Vernietigt het vonnis waarvan beroep voor zover in hoger beroep aan de orde en doet opnieuw recht:
Verklaart zoals hiervoor overwogen bewezen dat de verdachte het in de zaak met parketnummer 13-665627-16 onder 1 en 2 en in de zaak met parketnummer 13-732016-17 tenlastegelegde heeft begaan.
Verklaart niet bewezen hetgeen de verdachte meer of anders is tenlastegelegd dan hierboven is bewezenverklaard en spreekt de verdachte daarvan vrij.

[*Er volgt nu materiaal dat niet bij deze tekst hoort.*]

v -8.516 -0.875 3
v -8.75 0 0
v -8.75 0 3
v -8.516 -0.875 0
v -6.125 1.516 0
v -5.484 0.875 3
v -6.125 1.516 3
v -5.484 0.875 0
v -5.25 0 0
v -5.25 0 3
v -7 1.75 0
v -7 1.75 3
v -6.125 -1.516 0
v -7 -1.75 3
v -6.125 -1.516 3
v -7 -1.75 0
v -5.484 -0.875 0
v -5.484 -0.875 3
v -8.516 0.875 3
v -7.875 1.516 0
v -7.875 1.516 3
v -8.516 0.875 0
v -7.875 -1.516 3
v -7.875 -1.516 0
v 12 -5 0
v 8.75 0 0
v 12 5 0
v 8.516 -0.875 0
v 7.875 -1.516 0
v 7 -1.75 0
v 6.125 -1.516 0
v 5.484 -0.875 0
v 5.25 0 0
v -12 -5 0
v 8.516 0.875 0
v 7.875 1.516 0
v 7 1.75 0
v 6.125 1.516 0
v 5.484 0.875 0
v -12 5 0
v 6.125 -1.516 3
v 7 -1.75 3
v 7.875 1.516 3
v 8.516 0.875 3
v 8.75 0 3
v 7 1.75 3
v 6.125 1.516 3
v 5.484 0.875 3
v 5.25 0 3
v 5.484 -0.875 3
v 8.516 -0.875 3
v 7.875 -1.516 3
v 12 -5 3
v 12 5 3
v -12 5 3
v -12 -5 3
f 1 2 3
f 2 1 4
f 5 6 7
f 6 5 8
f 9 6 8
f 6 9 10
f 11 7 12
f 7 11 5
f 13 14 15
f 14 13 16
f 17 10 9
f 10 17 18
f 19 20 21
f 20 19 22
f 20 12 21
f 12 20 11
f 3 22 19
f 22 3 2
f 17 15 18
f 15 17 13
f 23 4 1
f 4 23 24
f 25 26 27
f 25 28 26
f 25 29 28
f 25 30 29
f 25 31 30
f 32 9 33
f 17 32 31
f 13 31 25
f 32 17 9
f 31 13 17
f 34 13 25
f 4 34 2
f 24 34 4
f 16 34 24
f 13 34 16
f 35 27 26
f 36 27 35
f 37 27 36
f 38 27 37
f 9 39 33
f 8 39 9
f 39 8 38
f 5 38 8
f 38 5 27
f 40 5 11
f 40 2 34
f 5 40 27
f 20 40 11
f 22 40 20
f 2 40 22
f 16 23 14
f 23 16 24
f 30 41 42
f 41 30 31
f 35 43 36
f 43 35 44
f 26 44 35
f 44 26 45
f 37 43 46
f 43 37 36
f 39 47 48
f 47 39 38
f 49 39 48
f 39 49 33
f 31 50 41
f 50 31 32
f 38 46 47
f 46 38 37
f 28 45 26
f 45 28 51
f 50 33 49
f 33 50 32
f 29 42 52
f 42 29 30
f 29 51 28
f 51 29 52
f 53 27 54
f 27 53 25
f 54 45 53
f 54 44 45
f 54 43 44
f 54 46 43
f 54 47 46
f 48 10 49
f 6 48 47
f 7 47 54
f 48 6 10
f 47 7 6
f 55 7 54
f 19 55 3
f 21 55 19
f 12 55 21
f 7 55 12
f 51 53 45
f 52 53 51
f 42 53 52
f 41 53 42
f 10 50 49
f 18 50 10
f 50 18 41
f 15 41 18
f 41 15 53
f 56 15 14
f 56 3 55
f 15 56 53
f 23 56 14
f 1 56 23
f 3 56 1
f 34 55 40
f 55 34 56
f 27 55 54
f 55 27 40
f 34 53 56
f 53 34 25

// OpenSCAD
difference()
{
    union()
    {
        translate([-(14+10)/2,-10/2,0])
            cube([14+10,10,3]);
        
    }
    union()
    {
        translate([-7,0,0])
            cylinder(d=3.5,h=5,$fn=12);
        translate([7,0,0])
            cylinder(d=3.5,h=5,$fn=12);
    }
}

Verklaart het in de zaak met parketnummer 13-665627-16 onder 1 en 2 en in de zaak met parketnummer 13-732016-17 bewezenverklaarde strafbaar, kwalificeert dit als hiervoor vermeld en verklaart de verdachte strafbaar.
Veroordeelt de verdachte tot een
gevangenisstrafvoor de duur van
9 (negen) maanden.
Bepaalt dat een gedeelte van de gevangenisstraf, groot
6 (zes) maanden, niet ten uitvoer zal worden gelegd, tenzij de rechter later anders mocht gelasten omdat de verdachte zich voor het einde van een proeftijd van
2 (twee) jarenaan een strafbaar feit heeft schuldig gemaakt.
Beveelt dat de tijd die door de verdachte vóór de tenuitvoerlegging van deze uitspraak in enige in artikel 27, eerste lid, van het Wetboek van Strafrecht bedoelde vorm van voorarrest is doorgebracht, bij de uitvoering van de opgelegde gevangenisstraf in mindering zal worden gebracht, voor zover die tijd niet reeds op een andere straf in mindering is gebracht.
Dit arrest is gewezen door de meervoudige strafkamer van het gerechtshof Amsterdam, waarin zitting hadden mr. J.L. Bruinsma, mr. A.M. Koolen-Zwijnenburg en mr. B.E. Dijkers , in tegenwoordigheid van mr. R. Vosman, griffier, en is uitgesproken op de openbare terechtzitting van dit gerechtshof van
20 november 2023.
mr. R. Vosman is buiten staat dit arrest mede te ondertekenen.